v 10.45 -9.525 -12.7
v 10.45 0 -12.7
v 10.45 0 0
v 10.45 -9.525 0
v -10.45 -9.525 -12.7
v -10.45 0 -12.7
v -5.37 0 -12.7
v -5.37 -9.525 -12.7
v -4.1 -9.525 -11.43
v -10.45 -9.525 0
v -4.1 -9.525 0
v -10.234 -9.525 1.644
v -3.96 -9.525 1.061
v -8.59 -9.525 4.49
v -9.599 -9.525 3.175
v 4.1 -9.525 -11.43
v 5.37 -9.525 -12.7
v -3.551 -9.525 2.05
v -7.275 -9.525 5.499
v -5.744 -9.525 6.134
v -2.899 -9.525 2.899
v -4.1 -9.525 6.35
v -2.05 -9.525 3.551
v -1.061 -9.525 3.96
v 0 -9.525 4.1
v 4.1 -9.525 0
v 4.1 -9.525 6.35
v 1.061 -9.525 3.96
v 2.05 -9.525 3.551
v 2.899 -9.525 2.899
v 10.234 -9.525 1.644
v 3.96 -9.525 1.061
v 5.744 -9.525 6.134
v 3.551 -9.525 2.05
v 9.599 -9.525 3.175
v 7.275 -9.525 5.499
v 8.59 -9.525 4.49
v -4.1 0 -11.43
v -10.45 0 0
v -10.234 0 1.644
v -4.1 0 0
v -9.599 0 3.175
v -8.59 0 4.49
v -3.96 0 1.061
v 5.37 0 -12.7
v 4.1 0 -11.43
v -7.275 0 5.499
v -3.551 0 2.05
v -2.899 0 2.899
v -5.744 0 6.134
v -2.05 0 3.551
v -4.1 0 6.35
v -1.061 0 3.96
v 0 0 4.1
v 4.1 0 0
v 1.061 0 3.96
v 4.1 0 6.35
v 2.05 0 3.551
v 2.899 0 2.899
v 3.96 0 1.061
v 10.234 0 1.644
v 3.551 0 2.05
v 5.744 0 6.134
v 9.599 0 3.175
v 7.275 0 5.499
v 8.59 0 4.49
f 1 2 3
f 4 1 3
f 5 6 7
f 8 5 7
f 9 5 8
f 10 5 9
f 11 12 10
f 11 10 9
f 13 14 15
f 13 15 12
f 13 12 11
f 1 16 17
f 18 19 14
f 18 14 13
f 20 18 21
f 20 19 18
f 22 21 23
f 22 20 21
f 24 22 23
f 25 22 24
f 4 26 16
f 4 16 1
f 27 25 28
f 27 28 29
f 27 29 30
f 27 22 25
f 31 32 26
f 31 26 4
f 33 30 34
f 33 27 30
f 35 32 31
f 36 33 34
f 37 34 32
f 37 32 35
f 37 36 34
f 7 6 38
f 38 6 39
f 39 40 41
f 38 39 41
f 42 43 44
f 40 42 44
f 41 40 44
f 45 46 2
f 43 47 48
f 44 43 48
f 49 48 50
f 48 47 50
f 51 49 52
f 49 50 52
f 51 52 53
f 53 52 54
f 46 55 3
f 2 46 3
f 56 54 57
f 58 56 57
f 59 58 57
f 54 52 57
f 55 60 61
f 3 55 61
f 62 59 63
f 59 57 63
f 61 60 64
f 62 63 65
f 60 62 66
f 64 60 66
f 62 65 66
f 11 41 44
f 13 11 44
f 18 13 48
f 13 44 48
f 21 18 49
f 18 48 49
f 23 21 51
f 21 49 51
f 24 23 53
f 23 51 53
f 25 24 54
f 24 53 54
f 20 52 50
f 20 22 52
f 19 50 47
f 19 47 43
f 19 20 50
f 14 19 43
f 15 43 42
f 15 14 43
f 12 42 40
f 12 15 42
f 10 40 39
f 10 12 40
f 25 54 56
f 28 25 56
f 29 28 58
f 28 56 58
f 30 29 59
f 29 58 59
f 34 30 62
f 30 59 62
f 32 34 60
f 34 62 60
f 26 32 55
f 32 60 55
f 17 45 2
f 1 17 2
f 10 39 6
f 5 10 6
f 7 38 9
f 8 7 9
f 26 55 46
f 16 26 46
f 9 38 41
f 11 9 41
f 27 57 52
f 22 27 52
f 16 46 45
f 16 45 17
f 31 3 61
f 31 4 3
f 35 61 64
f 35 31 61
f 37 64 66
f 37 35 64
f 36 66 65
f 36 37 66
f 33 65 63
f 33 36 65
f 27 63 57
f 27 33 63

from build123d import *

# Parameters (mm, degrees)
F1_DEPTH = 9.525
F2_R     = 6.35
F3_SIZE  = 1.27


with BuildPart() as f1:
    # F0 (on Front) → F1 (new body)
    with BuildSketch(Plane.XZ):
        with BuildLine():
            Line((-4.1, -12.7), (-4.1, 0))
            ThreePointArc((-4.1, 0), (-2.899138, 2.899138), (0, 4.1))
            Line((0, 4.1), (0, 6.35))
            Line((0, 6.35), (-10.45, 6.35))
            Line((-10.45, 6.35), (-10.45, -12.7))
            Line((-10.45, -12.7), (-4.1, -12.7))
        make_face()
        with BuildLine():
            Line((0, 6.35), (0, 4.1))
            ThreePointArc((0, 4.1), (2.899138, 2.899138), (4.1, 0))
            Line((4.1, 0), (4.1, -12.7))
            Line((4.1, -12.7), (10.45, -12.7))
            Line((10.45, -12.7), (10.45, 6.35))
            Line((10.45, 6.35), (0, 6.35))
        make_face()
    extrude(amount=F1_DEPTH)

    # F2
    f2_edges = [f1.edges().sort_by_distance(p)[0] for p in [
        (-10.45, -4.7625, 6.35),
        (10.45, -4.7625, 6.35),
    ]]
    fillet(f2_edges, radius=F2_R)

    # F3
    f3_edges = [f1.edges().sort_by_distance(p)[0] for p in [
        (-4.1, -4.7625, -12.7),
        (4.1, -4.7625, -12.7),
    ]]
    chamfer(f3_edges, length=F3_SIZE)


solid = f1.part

--

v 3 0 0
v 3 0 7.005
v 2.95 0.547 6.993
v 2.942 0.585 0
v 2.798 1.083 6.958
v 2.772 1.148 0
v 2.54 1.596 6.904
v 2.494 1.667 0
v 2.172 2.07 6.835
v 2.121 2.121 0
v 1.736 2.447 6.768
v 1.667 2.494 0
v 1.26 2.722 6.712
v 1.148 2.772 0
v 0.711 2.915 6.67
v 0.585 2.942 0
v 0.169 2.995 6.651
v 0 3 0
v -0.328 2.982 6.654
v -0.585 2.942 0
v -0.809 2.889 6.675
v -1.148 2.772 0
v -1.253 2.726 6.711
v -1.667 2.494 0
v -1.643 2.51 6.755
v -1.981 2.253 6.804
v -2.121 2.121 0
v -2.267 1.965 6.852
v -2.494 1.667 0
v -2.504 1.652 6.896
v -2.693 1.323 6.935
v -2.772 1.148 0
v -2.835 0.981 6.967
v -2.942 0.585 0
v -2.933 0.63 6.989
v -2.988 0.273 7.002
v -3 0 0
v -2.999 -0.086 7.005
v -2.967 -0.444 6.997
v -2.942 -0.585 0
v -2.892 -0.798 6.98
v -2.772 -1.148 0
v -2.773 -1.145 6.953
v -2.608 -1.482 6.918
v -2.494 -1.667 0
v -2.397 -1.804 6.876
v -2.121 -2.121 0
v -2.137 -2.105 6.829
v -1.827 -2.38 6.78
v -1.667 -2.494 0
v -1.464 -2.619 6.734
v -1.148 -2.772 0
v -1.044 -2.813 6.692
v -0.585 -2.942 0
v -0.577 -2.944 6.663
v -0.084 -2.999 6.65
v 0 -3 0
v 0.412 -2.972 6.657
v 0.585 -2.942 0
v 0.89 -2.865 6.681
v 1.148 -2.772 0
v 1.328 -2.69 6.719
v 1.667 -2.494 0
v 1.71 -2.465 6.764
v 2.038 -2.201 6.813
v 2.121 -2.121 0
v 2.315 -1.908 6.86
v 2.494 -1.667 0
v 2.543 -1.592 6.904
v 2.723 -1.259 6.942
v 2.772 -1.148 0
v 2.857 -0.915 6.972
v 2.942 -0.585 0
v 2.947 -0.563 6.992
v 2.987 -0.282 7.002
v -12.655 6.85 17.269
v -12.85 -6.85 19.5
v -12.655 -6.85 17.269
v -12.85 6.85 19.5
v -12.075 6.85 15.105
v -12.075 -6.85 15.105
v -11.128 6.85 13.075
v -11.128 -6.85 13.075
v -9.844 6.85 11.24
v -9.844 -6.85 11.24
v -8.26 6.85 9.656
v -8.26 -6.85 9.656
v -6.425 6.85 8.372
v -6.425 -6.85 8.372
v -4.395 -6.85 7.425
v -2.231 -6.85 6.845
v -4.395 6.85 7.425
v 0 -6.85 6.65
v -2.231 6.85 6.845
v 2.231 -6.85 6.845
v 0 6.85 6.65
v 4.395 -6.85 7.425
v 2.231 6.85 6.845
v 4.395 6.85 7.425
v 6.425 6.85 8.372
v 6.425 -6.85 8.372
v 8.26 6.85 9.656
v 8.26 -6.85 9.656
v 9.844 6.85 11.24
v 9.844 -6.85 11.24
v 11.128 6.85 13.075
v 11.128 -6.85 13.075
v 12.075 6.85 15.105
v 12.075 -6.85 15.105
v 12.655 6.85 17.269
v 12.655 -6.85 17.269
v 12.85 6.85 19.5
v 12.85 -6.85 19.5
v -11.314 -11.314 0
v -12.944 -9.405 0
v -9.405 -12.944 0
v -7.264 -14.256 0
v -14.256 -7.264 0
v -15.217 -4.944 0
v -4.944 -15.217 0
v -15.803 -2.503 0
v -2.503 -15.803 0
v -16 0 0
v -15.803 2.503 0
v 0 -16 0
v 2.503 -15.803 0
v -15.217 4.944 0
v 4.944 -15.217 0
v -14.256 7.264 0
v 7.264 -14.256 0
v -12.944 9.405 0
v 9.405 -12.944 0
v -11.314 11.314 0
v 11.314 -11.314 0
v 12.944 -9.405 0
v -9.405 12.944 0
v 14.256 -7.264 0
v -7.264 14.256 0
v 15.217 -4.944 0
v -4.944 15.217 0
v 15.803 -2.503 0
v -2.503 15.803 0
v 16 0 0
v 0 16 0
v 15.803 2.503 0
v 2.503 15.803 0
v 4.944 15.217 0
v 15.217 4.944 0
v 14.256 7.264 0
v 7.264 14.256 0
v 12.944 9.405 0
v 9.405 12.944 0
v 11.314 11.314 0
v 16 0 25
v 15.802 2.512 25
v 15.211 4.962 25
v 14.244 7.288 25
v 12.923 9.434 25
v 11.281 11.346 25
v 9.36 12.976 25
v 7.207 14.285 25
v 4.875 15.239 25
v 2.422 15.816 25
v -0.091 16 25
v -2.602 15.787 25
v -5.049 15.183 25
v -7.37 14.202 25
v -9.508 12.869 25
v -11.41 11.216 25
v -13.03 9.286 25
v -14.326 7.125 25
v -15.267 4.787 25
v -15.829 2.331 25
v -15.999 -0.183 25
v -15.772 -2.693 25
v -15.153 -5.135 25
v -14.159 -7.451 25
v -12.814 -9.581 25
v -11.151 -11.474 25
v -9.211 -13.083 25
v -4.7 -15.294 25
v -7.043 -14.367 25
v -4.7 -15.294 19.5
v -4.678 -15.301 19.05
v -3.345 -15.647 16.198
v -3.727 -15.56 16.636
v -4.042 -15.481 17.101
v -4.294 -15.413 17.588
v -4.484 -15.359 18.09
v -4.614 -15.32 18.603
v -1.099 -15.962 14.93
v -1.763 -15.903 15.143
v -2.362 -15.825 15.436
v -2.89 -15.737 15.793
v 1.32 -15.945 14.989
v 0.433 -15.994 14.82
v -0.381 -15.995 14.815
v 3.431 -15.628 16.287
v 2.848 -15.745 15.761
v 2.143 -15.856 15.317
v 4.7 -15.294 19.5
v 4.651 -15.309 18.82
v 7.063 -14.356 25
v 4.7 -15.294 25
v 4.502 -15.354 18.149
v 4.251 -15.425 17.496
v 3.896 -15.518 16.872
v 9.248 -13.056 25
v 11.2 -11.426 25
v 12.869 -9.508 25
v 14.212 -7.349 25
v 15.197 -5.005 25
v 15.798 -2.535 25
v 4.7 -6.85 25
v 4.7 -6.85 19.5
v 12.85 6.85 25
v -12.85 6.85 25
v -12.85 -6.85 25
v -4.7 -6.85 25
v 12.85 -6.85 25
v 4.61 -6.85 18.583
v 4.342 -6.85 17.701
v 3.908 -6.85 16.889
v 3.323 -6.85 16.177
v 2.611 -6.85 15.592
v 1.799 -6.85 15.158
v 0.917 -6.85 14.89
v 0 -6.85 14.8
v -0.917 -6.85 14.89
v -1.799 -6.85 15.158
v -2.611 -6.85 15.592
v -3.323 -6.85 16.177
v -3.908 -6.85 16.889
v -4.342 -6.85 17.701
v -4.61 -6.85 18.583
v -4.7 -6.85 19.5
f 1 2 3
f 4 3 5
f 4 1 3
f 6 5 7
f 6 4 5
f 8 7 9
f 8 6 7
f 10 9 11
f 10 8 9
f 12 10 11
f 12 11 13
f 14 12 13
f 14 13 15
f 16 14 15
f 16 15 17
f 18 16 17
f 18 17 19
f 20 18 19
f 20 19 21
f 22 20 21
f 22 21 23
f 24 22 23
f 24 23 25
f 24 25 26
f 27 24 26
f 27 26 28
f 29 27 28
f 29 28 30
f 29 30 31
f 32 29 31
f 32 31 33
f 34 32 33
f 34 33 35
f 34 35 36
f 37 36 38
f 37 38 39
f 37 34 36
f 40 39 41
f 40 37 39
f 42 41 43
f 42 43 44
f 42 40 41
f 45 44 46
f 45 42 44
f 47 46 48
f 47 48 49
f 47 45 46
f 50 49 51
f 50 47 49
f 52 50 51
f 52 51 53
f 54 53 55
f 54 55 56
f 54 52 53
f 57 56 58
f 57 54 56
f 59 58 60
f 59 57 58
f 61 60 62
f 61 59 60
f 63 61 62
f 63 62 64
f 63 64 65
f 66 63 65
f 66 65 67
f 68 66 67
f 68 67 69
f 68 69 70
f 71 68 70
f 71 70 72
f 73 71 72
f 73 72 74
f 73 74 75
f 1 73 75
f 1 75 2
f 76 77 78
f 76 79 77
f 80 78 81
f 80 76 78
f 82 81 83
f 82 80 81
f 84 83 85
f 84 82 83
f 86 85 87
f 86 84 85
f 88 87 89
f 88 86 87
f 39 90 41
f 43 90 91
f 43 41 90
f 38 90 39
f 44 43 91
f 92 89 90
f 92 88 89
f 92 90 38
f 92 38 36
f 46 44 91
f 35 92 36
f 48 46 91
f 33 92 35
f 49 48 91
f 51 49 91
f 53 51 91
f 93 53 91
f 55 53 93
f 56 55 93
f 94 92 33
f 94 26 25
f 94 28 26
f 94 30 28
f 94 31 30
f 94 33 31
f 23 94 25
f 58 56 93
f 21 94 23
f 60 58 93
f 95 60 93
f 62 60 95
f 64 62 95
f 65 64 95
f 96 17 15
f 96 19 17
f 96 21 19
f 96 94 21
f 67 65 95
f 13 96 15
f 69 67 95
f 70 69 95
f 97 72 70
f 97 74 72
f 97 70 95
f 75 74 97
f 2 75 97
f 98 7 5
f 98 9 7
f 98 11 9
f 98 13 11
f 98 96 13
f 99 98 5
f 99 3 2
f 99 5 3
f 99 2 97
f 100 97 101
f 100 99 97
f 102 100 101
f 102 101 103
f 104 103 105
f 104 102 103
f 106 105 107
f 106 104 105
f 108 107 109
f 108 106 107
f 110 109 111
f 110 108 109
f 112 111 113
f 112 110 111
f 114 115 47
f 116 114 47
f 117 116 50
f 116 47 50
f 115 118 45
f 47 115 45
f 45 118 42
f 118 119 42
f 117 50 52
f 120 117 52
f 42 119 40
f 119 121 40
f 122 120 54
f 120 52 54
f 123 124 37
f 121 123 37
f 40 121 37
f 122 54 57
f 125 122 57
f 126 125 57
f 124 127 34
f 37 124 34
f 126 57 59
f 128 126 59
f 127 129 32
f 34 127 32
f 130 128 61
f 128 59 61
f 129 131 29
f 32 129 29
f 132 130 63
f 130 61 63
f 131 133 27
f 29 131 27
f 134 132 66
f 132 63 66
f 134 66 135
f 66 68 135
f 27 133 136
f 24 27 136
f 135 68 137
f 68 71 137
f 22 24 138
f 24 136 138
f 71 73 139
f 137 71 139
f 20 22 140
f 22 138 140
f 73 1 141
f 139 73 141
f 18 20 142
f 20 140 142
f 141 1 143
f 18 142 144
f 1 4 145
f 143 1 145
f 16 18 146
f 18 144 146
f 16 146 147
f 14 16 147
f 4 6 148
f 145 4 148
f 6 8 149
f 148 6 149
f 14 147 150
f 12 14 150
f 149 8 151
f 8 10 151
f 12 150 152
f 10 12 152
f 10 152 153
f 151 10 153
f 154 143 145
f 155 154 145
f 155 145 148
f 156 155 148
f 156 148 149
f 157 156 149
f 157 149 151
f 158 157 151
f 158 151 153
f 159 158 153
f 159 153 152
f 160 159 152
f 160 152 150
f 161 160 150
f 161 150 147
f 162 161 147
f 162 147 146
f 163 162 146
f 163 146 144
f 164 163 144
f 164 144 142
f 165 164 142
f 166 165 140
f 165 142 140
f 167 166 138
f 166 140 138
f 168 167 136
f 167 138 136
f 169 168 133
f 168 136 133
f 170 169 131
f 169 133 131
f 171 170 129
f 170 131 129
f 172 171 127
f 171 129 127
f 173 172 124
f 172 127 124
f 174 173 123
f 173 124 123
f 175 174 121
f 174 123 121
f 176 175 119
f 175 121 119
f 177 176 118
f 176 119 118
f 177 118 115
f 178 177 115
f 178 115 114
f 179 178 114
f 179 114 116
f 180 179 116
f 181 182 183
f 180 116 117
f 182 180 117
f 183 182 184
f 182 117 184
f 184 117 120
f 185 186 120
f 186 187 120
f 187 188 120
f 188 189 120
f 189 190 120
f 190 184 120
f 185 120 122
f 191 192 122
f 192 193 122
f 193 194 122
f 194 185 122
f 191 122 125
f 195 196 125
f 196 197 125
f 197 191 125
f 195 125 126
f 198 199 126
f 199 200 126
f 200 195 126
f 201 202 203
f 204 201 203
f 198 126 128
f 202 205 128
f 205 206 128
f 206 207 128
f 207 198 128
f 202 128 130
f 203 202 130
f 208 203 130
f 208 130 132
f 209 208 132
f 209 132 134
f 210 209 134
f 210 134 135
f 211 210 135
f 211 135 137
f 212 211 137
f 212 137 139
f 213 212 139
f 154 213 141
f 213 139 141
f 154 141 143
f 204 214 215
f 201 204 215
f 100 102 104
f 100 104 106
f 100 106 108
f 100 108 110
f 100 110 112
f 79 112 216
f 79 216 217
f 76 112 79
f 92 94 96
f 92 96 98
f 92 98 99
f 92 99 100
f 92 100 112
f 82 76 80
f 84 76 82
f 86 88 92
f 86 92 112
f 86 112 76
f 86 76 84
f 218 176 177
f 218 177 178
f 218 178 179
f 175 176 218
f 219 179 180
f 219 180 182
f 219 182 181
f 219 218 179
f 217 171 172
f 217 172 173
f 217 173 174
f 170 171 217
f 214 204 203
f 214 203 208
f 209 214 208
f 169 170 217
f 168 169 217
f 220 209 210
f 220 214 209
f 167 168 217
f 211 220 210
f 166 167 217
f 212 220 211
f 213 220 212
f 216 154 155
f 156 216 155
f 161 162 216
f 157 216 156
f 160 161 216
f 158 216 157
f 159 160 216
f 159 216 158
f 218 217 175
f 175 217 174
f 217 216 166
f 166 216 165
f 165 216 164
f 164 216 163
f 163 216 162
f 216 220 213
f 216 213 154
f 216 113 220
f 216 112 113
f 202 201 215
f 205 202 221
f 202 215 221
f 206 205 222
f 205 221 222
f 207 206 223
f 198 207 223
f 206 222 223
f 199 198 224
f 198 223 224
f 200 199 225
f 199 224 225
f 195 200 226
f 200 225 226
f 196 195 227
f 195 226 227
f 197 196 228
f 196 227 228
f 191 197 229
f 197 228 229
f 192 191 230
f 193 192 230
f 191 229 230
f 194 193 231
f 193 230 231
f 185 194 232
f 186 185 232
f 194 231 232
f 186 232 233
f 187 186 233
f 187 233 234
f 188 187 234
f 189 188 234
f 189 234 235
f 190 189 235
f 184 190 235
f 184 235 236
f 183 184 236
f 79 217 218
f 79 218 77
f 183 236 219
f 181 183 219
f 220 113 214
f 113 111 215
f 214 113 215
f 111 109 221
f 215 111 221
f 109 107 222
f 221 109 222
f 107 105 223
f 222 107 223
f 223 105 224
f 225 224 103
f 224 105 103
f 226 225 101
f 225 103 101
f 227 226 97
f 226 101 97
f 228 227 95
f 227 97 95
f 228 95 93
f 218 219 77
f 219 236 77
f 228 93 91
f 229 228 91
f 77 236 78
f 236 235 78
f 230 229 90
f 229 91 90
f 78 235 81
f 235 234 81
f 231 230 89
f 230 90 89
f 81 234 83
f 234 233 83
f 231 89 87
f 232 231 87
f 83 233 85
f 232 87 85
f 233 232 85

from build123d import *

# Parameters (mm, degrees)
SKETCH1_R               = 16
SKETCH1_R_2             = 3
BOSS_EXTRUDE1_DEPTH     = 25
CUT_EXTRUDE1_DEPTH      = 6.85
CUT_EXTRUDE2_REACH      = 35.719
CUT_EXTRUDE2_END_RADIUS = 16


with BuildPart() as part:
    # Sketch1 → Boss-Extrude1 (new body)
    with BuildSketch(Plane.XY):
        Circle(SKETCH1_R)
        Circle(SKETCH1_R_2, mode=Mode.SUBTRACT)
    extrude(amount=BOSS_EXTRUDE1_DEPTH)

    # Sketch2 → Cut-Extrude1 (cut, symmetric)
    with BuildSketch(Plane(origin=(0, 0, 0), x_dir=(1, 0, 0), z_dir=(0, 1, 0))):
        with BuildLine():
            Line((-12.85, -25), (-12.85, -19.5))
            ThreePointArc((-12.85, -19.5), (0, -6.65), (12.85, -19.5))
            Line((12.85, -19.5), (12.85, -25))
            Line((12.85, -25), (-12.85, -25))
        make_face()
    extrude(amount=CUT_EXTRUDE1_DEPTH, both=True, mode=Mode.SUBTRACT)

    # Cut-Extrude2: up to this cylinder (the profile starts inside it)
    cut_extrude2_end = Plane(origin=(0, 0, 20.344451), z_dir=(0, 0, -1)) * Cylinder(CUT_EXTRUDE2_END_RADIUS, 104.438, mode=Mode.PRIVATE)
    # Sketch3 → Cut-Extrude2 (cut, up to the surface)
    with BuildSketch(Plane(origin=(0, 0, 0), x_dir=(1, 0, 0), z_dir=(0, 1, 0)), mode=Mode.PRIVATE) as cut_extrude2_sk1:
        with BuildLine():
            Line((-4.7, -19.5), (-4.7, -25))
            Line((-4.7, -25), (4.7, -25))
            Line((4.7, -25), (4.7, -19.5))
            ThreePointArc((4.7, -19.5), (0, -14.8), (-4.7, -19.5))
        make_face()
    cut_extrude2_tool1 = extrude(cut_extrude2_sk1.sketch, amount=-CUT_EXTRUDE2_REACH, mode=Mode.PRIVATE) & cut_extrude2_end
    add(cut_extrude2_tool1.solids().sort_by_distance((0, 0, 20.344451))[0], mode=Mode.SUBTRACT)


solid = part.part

--

● **The task**
Look above for the line with "v 10.45 -9.525 -12.7" and the line with "v 3.551 -9.525 2.05", and reproduce exactly those two lines plus every line between, nothing more.

● **Written solution**
v 10.45 -9.525 -12.7
v 10.45 0 -12.7
v 10.45 0 0
v 10.45 -9.525 0
v -10.45 -9.525 -12.7
v -10.45 0 -12.7
v -5.37 0 -12.7
v -5.37 -9.525 -12.7
v -4.1 -9.525 -11.43
v -10.45 -9.525 0
v -4.1 -9.525 0
v -10.234 -9.525 1.644
v -3.96 -9.525 1.061
v -8.59 -9.525 4.49
v -9.599 -9.525 3.175
v 4.1 -9.525 -11.43
v 5.37 -9.525 -12.7
v -3.551 -9.525 2.05
v -7.275 -9.525 5.499
v -5.744 -9.525 6.134
v -2.899 -9.525 2.899
v -4.1 -9.525 6.35
v -2.05 -9.525 3.551
v -1.061 -9.525 3.96
v 0 -9.525 4.1
v 4.1 -9.525 0
v 4.1 -9.525 6.35
v 1.061 -9.525 3.96
v 2.05 -9.525 3.551
v 2.899 -9.525 2.899
v 10.234 -9.525 1.644
v 3.96 -9.525 1.061
v 5.744 -9.525 6.134
v 3.551 -9.525 2.05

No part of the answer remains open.